**WHAT YOU ARE ASKED TO DO**
The expected output is a verbatim reprint of the lines from the beginning of the data that follows through the line that contains "# FreeCAD 1.0 macro for this part".

**DATA TO USE**

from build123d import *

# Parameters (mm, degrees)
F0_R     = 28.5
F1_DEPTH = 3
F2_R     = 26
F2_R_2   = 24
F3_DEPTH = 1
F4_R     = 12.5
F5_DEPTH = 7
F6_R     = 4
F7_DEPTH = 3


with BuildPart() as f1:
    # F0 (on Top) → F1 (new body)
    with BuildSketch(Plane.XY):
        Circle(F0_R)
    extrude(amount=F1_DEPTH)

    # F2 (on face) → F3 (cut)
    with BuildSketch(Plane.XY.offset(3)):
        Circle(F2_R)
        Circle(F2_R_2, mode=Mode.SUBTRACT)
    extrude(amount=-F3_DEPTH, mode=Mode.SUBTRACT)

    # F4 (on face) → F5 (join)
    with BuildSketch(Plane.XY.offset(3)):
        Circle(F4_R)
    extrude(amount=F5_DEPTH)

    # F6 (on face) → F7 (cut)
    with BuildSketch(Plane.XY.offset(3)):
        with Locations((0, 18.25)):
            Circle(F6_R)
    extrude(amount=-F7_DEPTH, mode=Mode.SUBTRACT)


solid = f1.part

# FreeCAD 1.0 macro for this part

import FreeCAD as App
import Part
import Sketcher
from FreeCAD import Vector

doc = App.newDocument("Part")
body = doc.addObject("PartDesign::Body", "Body")

# Sketch on XY plane
sketch1 = body.newObject("Sketcher::SketchObject", "Sketch")
sketch1.AttachmentSupport = (doc.getObject("XY_Plane"), [""])
sketch1.MapMode = "FlatFace"
sketch1.addGeometry(Part.Circle(Vector(0, 0, 0), Vector(0, 0, 1), 28), False)
sketch1.addConstraint(Sketcher.Constraint("Coincident", 0, 3, -1, 1))
sketch1.addConstraint(Sketcher.Constraint("Diameter", 0, 57.0))
pad1 = body.newObject("PartDesign::Pad", "Pad")
pad1.Profile = sketch1
pad1.Length = 3

# Sketch on XY plane
sketch2 = body.newObject("Sketcher::SketchObject", "Sketch001")
sketch2.AttachmentSupport = (doc.getObject("XY_Plane"), [""])
sketch2.MapMode = "FlatFace"
sketch2.AttachmentOffset = App.Placement(Vector(0, 0, 3), App.Rotation())
sketch2.addGeometry(Part.Circle(Vector(0, 0, 0), Vector(0, 0, 1), 26), False)
sketch2.addGeometry(Part.Circle(Vector(0, 0, 0), Vector(0, 0, 1), 24), False)
sketch2.addConstraint(Sketcher.Constraint("Coincident", 0, 3, -1, 1))
sketch2.addConstraint(Sketcher.Constraint("Coincident", 1, 3, -1, 1))
sketch2.addConstraint(Sketcher.Constraint("Diameter", 0, 52.0))
sketch2.addConstraint(Sketcher.Constraint("Diameter", 1, 48.0))
pocket1 = body.newObject("PartDesign::Pocket", "Pocket")
pocket1.Profile = sketch2
pocket1.Length = 1

# Sketch on XY plane
sketch3 = body.newObject("Sketcher::SketchObject", "Sketch002")
sketch3.AttachmentSupport = (doc.getObject("XY_Plane"), [""])
sketch3.MapMode = "FlatFace"
sketch3.AttachmentOffset = App.Placement(Vector(0, 0, 3), App.Rotation())
sketch3.addGeometry(Part.Circle(Vector(0, 0, 0), Vector(0, 0, 1), 12), False)
sketch3.addConstraint(Sketcher.Constraint("Coincident", 0, 3, -1, 1))
sketch3.addConstraint(Sketcher.Constraint("Diameter", 0, 25.0))
pad2 = body.newObject("PartDesign::Pad", "Pad001")
pad2.Profile = sketch3
pad2.Length = 7

# Sketch on XY plane
sketch4 = body.newObject("Sketcher::SketchObject", "Sketch003")
sketch4.AttachmentSupport = (doc.getObject("XY_Plane"), [""])
sketch4.MapMode = "FlatFace"
sketch4.AttachmentOffset = App.Placement(Vector(0, 0, 3), App.Rotation())
sketch4.addGeometry(Part.Circle(Vector(0, 18.2, 0), Vector(0, 0, 1), 4), False)
sketch4.addConstraint(Sketcher.Constraint("PointOnObject", 0, 3, -2))
sketch4.addConstraint(Sketcher.Constraint("Diameter", 0, 8.0))
sketch4.addConstraint(Sketcher.Constraint("DistanceY", -1, 1, 0, 3, 18.25))
pocket2 = body.newObject("PartDesign::Pocket", "Pocket001")
pocket2.Profile = sketch4
pocket2.Length = 3

doc.recompute()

**FINAL ANSWER**
from build123d import *

# Parameters (mm, degrees)
F0_R     = 28.5
F1_DEPTH = 3
F2_R     = 26
F2_R_2   = 24
F3_DEPTH = 1
F4_R     = 12.5
F5_DEPTH = 7
F6_R     = 4
F7_DEPTH = 3


with BuildPart() as f1:
    # F0 (on Top) → F1 (new body)
    with BuildSketch(Plane.XY):
        Circle(F0_R)
    extrude(amount=F1_DEPTH)

    # F2 (on face) → F3 (cut)
    with BuildSketch(Plane.XY.offset(3)):
        Circle(F2_R)
        Circle(F2_R_2, mode=Mode.SUBTRACT)
    extrude(amount=-F3_DEPTH, mode=Mode.SUBTRACT)

    # F4 (on face) → F5 (join)
    with BuildSketch(Plane.XY.offset(3)):
        Circle(F4_R)
    extrude(amount=F5_DEPTH)

    # F6 (on face) → F7 (cut)
    with BuildSketch(Plane.XY.offset(3)):
        with Locations((0, 18.25)):
            Circle(F6_R)
    extrude(amount=-F7_DEPTH, mode=Mode.SUBTRACT)


solid = f1.part

# FreeCAD 1.0 macro for this part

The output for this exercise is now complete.